Rejected Alternatives
We considered several other approaches to minimizing the inefficiency of FetchRequests and FetchResponses.
- Reduce the number of temporary objects created during serialization and deserialization
- Assign each topic a unique ID, so that topic name strings do not have to be sent over the wire
Changing the way Kafka does serialization and deserialization would be a huge change, requiring rewrites of all the Request and Response classes. We could potentially gain some efficiency by getting rid of the Builder classes for messages, but we would have to find a way to solve the problems which the Builder classes currently solve, such as the delayed binding between message content and message version and format. Micro-optimizing the serialization and deserialization path might also involve making tradeoffs that decrease perceived code quality. For example, we might have to sometimes give up immutability, or use primitive types instead of class types.

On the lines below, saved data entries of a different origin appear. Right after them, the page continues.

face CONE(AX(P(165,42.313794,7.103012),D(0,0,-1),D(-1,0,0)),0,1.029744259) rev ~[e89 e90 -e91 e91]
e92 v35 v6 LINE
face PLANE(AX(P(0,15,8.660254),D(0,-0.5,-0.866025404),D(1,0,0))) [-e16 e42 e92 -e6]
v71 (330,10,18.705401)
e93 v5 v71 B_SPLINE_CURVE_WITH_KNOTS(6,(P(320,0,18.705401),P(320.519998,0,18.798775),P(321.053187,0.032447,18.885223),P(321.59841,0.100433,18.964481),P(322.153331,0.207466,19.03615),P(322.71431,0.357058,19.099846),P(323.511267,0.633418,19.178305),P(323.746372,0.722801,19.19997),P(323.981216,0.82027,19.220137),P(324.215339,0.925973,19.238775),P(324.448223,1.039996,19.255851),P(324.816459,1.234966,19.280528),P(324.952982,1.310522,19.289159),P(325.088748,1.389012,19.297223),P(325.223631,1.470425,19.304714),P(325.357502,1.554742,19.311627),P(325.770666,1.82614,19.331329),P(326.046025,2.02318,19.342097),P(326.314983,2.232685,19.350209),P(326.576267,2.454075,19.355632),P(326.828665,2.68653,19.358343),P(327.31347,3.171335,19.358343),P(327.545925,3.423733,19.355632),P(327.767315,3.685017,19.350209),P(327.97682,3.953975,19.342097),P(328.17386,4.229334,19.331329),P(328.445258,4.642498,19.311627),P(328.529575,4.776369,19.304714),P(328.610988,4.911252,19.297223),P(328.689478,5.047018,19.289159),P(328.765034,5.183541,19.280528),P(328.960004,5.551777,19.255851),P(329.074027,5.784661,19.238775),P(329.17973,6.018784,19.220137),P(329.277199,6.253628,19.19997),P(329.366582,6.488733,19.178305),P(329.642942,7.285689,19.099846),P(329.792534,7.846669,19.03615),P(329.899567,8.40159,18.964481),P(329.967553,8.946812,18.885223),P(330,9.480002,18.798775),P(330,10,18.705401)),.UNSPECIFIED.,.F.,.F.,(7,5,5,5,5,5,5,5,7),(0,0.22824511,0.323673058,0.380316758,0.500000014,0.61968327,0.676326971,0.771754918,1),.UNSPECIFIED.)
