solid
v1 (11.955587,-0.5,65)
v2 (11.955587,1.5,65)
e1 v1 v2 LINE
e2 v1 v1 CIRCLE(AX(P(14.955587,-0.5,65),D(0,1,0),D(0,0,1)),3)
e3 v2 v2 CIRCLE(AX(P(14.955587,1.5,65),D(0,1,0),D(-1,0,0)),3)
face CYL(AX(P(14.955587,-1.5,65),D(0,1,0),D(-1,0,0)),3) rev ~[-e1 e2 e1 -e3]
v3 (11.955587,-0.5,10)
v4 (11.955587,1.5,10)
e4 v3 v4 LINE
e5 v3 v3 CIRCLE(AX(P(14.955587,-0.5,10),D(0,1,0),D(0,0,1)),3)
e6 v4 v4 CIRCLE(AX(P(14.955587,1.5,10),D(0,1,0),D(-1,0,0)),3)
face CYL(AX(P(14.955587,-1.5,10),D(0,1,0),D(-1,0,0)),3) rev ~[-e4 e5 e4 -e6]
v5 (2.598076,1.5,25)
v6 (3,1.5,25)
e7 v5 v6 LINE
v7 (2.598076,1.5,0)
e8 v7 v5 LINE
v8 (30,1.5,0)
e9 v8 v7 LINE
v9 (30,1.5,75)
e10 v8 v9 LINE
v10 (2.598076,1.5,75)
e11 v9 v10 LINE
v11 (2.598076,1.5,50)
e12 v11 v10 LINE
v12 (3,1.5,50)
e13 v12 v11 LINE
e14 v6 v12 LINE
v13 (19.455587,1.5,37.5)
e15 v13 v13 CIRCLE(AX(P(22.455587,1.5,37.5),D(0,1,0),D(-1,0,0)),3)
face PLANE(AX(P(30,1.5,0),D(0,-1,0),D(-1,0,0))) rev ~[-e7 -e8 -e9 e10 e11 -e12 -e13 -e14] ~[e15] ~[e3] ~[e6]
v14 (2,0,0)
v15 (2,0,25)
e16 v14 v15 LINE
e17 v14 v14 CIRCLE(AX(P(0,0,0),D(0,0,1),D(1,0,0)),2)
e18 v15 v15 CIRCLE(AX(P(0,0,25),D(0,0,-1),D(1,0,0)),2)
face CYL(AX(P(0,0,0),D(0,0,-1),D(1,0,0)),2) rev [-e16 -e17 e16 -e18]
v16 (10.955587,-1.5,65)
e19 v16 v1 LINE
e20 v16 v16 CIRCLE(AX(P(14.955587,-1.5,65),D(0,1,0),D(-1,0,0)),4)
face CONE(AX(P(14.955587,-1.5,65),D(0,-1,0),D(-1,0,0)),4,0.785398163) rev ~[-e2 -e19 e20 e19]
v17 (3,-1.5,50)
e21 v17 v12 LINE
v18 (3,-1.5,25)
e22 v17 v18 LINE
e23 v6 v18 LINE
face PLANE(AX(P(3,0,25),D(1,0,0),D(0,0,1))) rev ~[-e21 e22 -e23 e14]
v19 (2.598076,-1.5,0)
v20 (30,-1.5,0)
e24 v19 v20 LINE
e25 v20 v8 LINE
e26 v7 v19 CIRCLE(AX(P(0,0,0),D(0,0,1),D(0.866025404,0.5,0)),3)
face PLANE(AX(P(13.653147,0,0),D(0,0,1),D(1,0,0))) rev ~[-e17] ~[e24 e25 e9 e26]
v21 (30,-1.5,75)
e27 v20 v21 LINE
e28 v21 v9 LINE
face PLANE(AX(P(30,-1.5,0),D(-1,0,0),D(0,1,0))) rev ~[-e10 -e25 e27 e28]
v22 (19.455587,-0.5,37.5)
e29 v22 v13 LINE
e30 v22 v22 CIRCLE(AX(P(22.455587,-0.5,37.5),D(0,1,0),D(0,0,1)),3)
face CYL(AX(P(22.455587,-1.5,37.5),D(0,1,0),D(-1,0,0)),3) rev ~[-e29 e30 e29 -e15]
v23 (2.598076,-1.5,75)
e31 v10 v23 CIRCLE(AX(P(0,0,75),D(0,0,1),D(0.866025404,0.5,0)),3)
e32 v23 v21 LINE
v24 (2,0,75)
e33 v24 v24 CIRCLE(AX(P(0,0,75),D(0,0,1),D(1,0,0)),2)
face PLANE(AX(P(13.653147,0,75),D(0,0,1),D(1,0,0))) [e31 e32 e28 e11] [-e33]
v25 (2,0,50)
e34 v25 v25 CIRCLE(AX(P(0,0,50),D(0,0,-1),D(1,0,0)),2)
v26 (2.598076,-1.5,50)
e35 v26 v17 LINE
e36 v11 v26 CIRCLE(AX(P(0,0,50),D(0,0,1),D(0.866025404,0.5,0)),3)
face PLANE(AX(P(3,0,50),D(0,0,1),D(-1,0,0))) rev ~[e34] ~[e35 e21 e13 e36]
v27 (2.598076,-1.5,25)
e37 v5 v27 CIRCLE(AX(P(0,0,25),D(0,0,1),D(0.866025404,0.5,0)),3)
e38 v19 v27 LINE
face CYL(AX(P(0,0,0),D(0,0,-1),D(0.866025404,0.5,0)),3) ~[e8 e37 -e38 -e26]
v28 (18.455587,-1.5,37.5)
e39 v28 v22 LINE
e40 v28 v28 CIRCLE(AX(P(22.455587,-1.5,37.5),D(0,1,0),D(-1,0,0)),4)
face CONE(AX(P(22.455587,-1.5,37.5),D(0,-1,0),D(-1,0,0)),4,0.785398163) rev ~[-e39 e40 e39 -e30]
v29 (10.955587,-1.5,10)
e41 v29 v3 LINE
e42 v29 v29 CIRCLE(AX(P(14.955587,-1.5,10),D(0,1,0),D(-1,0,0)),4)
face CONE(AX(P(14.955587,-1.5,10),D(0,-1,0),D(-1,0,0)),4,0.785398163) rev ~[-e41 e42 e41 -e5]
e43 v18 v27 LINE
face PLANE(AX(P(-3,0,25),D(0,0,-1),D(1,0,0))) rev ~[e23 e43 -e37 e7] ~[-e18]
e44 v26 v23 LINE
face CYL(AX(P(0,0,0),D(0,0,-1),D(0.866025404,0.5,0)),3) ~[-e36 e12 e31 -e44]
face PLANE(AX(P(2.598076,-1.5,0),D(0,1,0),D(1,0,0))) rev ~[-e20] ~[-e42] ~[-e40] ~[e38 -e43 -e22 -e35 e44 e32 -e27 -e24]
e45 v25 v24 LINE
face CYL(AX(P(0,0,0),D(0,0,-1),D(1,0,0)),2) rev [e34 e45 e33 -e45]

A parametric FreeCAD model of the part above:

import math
import FreeCAD as App
import Part
import Sketcher

V = App.Vector
Q = App.Units.Quantity

doc = App.newDocument("Part")
body = doc.addObject("PartDesign::Body", "Body")

sketch1 = body.newObject("Sketcher::SketchObject", "Sketch")
sketch1.AttachmentSupport = (doc.getObject("XY_Plane"), [""])
sketch1.MapMode = "FlatFace"
sketch1.addGeometry(Part.LineSegment(V(30, -1.5, 0), V(30, 1.5, 0)), False)
sketch1.addGeometry(Part.LineSegment(V(30, 1.5, 0), V(2.598076, 1.5, 0)), False)
sketch1.addGeometry(Part.ArcOfCircle(Part.Circle(V(0, 0, 0), V(0, 0, 1), 3), math.radians(30), math.radians(330)), False)
sketch1.addGeometry(Part.LineSegment(V(2.598076, -1.5, 0), V(30, -1.5, 0)), False)
sketch1.addGeometry(Part.Circle(V(0, 0, 0), V(0, 0, 1), 2), False)
sketch1.addConstraint(Sketcher.Constraint("Coincident", 0, 2, 1, 1))
sketch1.addConstraint(Sketcher.Constraint("Coincident", 1, 2, 2, 1))
sketch1.addConstraint(Sketcher.Constraint("Coincident", 2, 2, 3, 1))
sketch1.addConstraint(Sketcher.Constraint("Coincident", 3, 2, 0, 1))
sketch1.addConstraint(Sketcher.Constraint("Vertical", 0))
sketch1.addConstraint(Sketcher.Constraint("Horizontal", 1))
sketch1.addConstraint(Sketcher.Constraint("Horizontal", 3))
sketch1.addConstraint(Sketcher.Constraint("Coincident", 2, 3, -1, 1))
sketch1.addConstraint(Sketcher.Constraint("Coincident", 4, 3, -1, 1))
sketch1.addConstraint(Sketcher.Constraint("Vertical", 1, 2, 2, 2))
sketch1.addConstraint(Sketcher.Constraint("Diameter", 4, Q("4 mm")))
sketch1.addConstraint(Sketcher.Constraint("Radius", 2, Q("3 mm")))
sketch1.addConstraint(Sketcher.Constraint("DistanceY", 0, 1, 0, 2, Q("3 mm")))
sketch1.addConstraint(Sketcher.Constraint("DistanceX", -1, 1, 0, 2, Q("30 mm")))
pad1 = body.newObject("PartDesign::Pad", "Pad")
pad1.Profile = sketch1
pad1.Length = 75

sketch2 = body.newObject("Sketcher::SketchObject", "Sketch001")
sketch2.AttachmentSupport = (doc.getObject("XZ_Plane"), [""])
sketch2.MapMode = "FlatFace"
sketch2.addGeometry(Part.LineSegment(V(-3, 50, 0), V(-3, 25, 0)), False)
sketch2.addGeometry(Part.LineSegment(V(-3, 25, 0), V(3, 25, 0)), False)
sketch2.addGeometry(Part.LineSegment(V(3, 25, 0), V(3, 50, 0)), False)
sketch2.addGeometry(Part.LineSegment(V(3, 50, 0), V(-3, 50, 0)), False)
sketch2.addConstraint(Sketcher.Constraint("Coincident", 0, 2, 1, 1))
sketch2.addConstraint(Sketcher.Constraint("Coincident", 1, 2, 2, 1))
sketch2.addConstraint(Sketcher.Constraint("Coincident", 2, 2, 3, 1))
sketch2.addConstraint(Sketcher.Constraint("Coincident", 3, 2, 0, 1))
sketch2.addConstraint(Sketcher.Constraint("Vertical", 0))
sketch2.addConstraint(Sketcher.Constraint("Horizontal", 1))
sketch2.addConstraint(Sketcher.Constraint("Vertical", 2))
sketch2.addConstraint(Sketcher.Constraint("Horizontal", 3))
sketch2.addConstraint(Sketcher.Constraint("DistanceX", 1, 1, 1, 2, Q("6 mm")))
sketch2.addConstraint(Sketcher.Constraint("DistanceY", 0, 2, 0, 1, Q("25 mm")))
sketch2.addConstraint(Sketcher.Constraint("DistanceX", 0, 2, -1, 1, Q("3 mm")))
sketch2.addConstraint(Sketcher.Constraint("DistanceY", -1, 1, 0, 2, Q("25 mm")))
pocket1 = body.newObject("PartDesign::Pocket", "Pocket")
pocket1.Profile = sketch2
pocket1.Length = 25
pocket1.Midplane = True

sketch3 = body.newObject("Sketcher::SketchObject", "Sketch002")
sketch3.AttachmentSupport = (doc.getObject("XZ_Plane"), [""])
sketch3.MapMode = "FlatFace"
sketch3.AttachmentOffset = App.Placement(V(0, 0, 1.5), App.Rotation())
sketch3.addGeometry(Part.Circle(V(14.955587, 65, 0), V(0, 0, 1), 3), False)
sketch3.addGeometry(Part.Circle(V(22.455587, 37.5, 0), V(0, 0, 1), 3), False)
sketch3.addGeometry(Part.Circle(V(14.955587, 10, 0), V(0, 0, 1), 3), False)
sketch3.addConstraint(Sketcher.Constraint("Equal", 0, 1))
sketch3.addConstraint(Sketcher.Constraint("Equal", 1, 2))
sketch3.addConstraint(Sketcher.Constraint("Vertical", 0, 3, 2, 3))
sketch3.addConstraint(Sketcher.Constraint("Diameter", 0, Q("6 mm")))
sketch3.addConstraint(Sketcher.Constraint("DistanceY", -1, 1, 0, 3, Q("65 mm")))
sketch3.addConstraint(Sketcher.Constraint("DistanceY", -1, 1, 2, 3, Q("10 mm")))
sketch3.addConstraint(Sketcher.Constraint("DistanceY", -1, 1, 1, 3, Q("37.5 mm")))
sketch3.addConstraint(Sketcher.Constraint("DistanceX", 0, 3, 1, 3, Q("7.5 mm")))
sketch3.addConstraint(Sketcher.Constraint("DistanceX", -1, 1, 0, 3, Q("14.955587 mm")))
doc.recompute()
hole = body.newObject("PartDesign::Hole", "Hole")
hole.Profile = sketch3
hole.ThreadType = "None"
hole.Diameter = 6
hole.DepthType = "ThroughAll"
hole.HoleCutType = "Countersink"
hole.HoleCutDiameter = 8
hole.HoleCutCountersinkAngle = 90

doc.recompute()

Assigning unique IDs to topics is also a very big project, requiring cluster-wide coordination, many RPC format changes, and potentially on-disk format changes as well.
More fundamentally, while both of these approaches improve the constant factors associated with FetchRequest and FetchResponse, they do not change the computational complexity. In both cases, the complexity would remain O(num_extant_partitions). In contrast, the approach above makes the messages scale as O(num_partition_changes). Adding IncrementalFetchRequest and IncrementalFetchResponse is a smaller and more effective change.